__What you are asked to do__.
Whenever a line carries the word "sroubu", pull it out of the entries.
Start of Block
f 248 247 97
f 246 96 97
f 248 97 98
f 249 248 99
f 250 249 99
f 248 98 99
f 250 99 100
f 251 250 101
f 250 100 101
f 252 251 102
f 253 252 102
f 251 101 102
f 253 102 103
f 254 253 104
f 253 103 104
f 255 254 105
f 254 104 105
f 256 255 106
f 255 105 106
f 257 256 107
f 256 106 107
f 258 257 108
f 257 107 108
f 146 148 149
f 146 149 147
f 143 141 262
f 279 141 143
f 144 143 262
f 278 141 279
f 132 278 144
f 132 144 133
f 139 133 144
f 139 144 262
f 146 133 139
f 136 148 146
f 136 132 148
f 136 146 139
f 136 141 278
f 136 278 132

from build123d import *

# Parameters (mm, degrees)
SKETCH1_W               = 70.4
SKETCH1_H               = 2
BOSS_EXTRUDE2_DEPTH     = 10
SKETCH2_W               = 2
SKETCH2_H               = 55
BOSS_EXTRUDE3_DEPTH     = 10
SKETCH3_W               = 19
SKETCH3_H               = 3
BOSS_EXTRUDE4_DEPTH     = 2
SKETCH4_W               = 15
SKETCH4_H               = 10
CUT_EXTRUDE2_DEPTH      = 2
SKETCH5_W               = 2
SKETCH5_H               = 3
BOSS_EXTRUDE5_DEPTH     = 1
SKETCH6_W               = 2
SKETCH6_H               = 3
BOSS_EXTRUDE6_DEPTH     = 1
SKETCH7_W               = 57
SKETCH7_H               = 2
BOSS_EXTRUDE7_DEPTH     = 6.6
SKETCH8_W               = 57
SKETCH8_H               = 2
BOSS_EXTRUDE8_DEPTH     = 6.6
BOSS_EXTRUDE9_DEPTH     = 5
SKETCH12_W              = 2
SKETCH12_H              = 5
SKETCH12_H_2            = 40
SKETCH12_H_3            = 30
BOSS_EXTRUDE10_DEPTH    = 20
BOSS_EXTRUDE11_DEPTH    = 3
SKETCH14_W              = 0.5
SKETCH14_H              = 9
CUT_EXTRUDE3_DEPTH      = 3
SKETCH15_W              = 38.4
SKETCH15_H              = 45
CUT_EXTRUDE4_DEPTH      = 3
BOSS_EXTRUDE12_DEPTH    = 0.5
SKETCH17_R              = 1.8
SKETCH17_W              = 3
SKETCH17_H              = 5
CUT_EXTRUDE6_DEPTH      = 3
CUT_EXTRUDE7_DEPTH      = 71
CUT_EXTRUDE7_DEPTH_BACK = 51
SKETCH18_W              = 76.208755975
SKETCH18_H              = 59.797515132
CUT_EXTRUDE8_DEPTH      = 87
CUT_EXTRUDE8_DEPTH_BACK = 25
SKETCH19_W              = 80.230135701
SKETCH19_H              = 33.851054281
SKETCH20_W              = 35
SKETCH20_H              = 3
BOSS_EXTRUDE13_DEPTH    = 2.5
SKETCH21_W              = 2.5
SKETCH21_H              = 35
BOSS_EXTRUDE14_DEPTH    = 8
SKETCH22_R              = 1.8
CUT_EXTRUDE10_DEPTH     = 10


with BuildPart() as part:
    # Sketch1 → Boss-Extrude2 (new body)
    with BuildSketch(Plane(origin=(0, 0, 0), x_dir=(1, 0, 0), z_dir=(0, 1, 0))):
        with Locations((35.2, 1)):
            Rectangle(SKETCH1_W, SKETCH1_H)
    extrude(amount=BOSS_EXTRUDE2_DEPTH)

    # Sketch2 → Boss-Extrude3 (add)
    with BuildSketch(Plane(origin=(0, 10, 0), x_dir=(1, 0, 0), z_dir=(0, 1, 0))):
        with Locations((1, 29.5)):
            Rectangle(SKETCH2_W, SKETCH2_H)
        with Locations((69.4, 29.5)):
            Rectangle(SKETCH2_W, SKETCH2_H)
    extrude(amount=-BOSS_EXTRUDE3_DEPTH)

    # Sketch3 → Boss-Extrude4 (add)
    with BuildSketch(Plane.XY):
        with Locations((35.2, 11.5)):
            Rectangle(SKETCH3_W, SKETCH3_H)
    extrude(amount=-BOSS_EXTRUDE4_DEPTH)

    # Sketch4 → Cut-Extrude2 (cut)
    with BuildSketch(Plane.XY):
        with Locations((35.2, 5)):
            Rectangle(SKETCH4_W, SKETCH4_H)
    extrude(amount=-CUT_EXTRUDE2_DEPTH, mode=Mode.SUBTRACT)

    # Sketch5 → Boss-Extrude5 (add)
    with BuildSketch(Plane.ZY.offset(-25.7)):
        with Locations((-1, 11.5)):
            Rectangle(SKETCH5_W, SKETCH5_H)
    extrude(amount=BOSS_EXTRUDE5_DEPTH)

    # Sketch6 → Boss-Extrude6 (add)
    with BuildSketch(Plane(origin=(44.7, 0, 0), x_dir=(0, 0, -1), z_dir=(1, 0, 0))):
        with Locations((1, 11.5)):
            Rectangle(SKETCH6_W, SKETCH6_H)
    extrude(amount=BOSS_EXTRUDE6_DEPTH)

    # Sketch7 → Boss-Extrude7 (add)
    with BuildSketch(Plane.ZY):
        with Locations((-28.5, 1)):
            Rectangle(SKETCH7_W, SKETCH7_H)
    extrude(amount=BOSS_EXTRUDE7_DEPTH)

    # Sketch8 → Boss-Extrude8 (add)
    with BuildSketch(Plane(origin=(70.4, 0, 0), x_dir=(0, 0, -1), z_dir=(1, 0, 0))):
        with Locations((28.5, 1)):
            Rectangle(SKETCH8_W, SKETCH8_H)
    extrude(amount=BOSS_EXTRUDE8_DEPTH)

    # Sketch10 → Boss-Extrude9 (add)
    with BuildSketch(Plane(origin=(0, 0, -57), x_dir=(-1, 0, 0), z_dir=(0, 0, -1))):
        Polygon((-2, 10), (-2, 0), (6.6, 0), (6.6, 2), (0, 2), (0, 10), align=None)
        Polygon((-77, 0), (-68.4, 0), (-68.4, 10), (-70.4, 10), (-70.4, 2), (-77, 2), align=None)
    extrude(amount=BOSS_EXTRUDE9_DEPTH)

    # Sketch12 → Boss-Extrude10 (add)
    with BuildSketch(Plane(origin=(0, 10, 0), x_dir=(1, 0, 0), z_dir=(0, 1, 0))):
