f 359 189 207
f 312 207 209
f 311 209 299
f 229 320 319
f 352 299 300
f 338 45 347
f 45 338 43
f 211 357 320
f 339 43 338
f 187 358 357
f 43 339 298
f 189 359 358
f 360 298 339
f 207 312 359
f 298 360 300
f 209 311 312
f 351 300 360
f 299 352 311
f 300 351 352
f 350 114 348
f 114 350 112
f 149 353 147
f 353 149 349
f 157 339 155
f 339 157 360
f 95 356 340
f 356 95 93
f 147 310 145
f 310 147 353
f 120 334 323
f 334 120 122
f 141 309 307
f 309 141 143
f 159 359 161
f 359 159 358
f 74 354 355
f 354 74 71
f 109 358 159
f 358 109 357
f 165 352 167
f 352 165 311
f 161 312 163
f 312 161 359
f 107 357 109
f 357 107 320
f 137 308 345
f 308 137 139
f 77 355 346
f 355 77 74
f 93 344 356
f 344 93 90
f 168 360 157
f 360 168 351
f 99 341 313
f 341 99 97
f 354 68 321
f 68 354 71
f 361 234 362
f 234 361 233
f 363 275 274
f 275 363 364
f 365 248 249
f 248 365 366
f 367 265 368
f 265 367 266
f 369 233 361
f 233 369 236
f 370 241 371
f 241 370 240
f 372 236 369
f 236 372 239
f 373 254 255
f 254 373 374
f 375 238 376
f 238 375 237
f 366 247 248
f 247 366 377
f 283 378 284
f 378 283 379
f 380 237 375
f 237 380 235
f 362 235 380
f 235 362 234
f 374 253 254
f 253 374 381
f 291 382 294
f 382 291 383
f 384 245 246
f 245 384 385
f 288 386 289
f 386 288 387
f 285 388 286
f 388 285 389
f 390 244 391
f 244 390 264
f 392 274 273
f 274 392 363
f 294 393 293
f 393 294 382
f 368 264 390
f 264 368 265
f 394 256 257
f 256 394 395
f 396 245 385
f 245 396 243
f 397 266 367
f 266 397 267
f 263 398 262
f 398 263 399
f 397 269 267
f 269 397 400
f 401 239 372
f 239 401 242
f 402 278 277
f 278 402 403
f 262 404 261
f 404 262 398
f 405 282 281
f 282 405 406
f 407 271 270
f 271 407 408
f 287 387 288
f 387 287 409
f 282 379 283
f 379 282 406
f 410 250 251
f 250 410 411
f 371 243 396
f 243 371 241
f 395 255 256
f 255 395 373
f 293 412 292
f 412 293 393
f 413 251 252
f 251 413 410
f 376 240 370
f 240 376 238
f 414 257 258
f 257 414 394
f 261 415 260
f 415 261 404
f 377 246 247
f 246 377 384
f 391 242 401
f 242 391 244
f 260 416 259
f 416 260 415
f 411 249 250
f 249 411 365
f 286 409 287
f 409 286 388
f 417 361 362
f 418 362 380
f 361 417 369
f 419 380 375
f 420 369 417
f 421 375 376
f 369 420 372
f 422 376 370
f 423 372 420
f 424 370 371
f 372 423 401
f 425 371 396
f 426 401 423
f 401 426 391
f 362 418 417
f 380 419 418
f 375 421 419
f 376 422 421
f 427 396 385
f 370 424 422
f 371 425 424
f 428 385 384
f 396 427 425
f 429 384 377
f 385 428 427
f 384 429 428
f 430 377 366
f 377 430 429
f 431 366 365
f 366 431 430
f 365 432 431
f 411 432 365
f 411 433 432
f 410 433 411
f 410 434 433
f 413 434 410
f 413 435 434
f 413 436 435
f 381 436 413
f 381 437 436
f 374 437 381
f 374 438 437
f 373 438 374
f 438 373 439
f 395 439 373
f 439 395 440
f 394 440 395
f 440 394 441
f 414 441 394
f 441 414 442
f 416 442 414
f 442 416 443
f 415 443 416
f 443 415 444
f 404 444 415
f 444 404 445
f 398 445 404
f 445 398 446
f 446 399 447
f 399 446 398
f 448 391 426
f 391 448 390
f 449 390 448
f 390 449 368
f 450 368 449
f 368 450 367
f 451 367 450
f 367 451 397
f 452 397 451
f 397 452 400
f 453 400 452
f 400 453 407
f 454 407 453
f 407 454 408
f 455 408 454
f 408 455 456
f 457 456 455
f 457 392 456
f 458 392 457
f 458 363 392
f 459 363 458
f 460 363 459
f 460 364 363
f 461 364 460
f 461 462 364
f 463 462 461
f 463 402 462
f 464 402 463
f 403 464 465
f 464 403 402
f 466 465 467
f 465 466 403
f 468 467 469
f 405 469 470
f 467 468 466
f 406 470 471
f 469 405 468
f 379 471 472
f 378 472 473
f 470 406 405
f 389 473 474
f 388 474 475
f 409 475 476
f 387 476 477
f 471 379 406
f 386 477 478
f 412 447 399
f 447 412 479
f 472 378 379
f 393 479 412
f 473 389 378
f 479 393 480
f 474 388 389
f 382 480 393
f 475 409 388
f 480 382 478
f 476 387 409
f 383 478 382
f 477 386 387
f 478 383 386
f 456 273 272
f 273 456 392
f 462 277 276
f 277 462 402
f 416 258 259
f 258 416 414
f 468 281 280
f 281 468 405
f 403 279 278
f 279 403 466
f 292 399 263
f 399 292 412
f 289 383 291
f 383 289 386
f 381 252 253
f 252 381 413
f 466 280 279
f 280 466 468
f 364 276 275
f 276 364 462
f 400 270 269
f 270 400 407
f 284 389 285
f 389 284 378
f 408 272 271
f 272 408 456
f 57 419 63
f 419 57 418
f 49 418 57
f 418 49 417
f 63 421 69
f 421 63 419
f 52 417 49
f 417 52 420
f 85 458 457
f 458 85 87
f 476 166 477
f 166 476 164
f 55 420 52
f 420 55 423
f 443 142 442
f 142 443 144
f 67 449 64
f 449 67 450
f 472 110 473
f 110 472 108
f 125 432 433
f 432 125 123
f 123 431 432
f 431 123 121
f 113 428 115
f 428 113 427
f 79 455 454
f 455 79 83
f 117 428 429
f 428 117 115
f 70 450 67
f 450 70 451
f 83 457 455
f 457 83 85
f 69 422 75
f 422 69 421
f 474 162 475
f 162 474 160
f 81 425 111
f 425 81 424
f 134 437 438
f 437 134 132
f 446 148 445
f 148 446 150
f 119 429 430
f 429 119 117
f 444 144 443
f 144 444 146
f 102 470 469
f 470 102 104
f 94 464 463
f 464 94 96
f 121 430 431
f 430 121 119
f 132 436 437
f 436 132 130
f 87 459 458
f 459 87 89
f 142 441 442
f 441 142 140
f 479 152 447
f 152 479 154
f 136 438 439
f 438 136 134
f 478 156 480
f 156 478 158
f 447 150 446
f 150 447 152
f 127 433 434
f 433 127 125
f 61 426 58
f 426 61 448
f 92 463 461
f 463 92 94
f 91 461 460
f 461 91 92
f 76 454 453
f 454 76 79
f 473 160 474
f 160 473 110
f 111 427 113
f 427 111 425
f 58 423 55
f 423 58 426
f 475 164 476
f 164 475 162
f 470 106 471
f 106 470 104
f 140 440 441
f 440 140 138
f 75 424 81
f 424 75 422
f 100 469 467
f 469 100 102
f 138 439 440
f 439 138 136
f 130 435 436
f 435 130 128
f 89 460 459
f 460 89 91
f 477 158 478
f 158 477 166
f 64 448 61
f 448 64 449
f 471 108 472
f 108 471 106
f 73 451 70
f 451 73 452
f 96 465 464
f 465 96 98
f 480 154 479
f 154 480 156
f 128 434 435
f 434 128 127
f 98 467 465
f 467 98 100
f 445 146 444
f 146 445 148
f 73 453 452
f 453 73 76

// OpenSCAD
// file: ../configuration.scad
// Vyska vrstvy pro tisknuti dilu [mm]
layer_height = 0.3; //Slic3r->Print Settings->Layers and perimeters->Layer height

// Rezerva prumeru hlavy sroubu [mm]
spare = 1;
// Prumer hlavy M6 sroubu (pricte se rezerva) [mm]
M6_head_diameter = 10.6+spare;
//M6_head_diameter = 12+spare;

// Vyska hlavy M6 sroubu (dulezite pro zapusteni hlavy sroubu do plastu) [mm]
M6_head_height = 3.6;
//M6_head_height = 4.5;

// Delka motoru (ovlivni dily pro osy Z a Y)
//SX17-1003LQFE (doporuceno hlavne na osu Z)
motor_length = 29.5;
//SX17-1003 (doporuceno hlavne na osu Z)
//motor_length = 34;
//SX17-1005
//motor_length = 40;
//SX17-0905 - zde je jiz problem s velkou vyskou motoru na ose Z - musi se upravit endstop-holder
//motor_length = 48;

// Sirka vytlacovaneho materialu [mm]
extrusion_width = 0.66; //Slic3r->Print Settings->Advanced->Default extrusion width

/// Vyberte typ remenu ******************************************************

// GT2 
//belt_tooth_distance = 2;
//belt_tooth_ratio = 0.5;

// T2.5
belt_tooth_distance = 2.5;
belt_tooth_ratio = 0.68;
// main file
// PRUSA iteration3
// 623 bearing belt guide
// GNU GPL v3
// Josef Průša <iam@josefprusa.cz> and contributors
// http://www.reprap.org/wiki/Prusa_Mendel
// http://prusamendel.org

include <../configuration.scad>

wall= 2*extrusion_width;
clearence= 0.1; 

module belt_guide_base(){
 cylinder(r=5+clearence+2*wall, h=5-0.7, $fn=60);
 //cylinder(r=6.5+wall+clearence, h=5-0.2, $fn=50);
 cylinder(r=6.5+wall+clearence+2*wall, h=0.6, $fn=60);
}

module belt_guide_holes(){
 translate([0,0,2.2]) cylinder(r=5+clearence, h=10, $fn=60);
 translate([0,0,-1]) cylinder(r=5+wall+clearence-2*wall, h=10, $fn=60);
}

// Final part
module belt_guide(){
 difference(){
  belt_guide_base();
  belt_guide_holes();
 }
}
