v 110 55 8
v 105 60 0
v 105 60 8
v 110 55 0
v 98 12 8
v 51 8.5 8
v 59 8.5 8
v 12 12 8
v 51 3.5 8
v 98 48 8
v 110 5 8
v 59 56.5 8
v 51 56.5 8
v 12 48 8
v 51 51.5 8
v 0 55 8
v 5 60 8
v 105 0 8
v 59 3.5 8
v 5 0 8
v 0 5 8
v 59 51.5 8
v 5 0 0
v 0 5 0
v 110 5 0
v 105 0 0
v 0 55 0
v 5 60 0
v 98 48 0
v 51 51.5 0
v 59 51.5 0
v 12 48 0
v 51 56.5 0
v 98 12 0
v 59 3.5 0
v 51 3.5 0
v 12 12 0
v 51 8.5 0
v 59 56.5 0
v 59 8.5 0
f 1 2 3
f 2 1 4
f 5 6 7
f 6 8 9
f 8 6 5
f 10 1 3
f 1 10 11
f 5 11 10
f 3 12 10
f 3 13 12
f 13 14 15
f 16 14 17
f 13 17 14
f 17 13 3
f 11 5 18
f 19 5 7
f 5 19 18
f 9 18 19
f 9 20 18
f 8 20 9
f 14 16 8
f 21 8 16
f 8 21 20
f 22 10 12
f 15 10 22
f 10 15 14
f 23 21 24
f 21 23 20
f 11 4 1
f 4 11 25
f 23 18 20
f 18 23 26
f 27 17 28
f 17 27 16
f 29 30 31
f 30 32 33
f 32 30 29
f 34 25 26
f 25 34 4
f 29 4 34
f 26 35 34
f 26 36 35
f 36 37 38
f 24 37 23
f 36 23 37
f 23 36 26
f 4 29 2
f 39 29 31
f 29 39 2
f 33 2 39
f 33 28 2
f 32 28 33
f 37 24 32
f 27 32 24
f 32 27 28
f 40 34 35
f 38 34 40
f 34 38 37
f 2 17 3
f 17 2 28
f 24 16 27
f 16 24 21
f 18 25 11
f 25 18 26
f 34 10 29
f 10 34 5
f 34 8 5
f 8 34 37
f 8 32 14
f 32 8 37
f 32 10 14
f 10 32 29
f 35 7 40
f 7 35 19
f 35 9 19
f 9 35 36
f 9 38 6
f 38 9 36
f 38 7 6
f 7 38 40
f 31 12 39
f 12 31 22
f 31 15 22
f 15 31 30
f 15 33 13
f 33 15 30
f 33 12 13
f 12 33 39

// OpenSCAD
$fn = 32;

// ----------------------------------------------------------------------
// Frame plate: 110 x 60 frame, 12 mm rails
// ----------------------------------------------------------------------

// --- parameters (mm) ---
plate_l = 110;            // plate length, X
plate_w = 60;             // plate width, Y
plate_t = 8;              // plate thickness, Z (extrusion height)
corner_c = 5;             // corner chamfer
frame_bar = 12;           // frame rail width
slot_l = 8;               // adjustment slot length
slot_w = 5;               // adjustment slot width

win_l = plate_l - 2 * frame_bar;  // window length
win_w = plate_w - 2 * frame_bar;  // window width

profile = [[5, 0], [105, 0], [110, 5], [110, 55], [105, 60], [5, 60], [0, 55], [0, 5]];  // primary outline, 8 points, counter clockwise
void_1 = [[12, 12], [98, 12], [98, 48], [12, 48]];  // the window, 4 points
void_2 = [[51, 3.5], [59, 3.5], [59, 8.5], [51, 8.5]];  // adjustment slot, 4 points
void_3 = [[51, 51.5], [59, 51.5], [59, 56.5], [51, 56.5]];  // adjustment slot, 4 points

// --- the one profile operation ---
difference() {
  linear_extrude(height = plate_t) polygon(points = profile);
  translate([0, 0, -1])
    linear_extrude(height = plate_t + 2) polygon(points = void_1);
  translate([0, 0, -1])
    linear_extrude(height = plate_t + 2) polygon(points = void_2);
  translate([0, 0, -1])
    linear_extrude(height = plate_t + 2) polygon(points = void_3);
}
End of Block
__Result for this exercise__.
// Rezerva prumeru hlavy sroubu [mm]
// Prumer hlavy M6 sroubu (pricte se rezerva) [mm]
// Vyska hlavy M6 sroubu (dulezite pro zapusteni hlavy sroubu do plastu) [mm]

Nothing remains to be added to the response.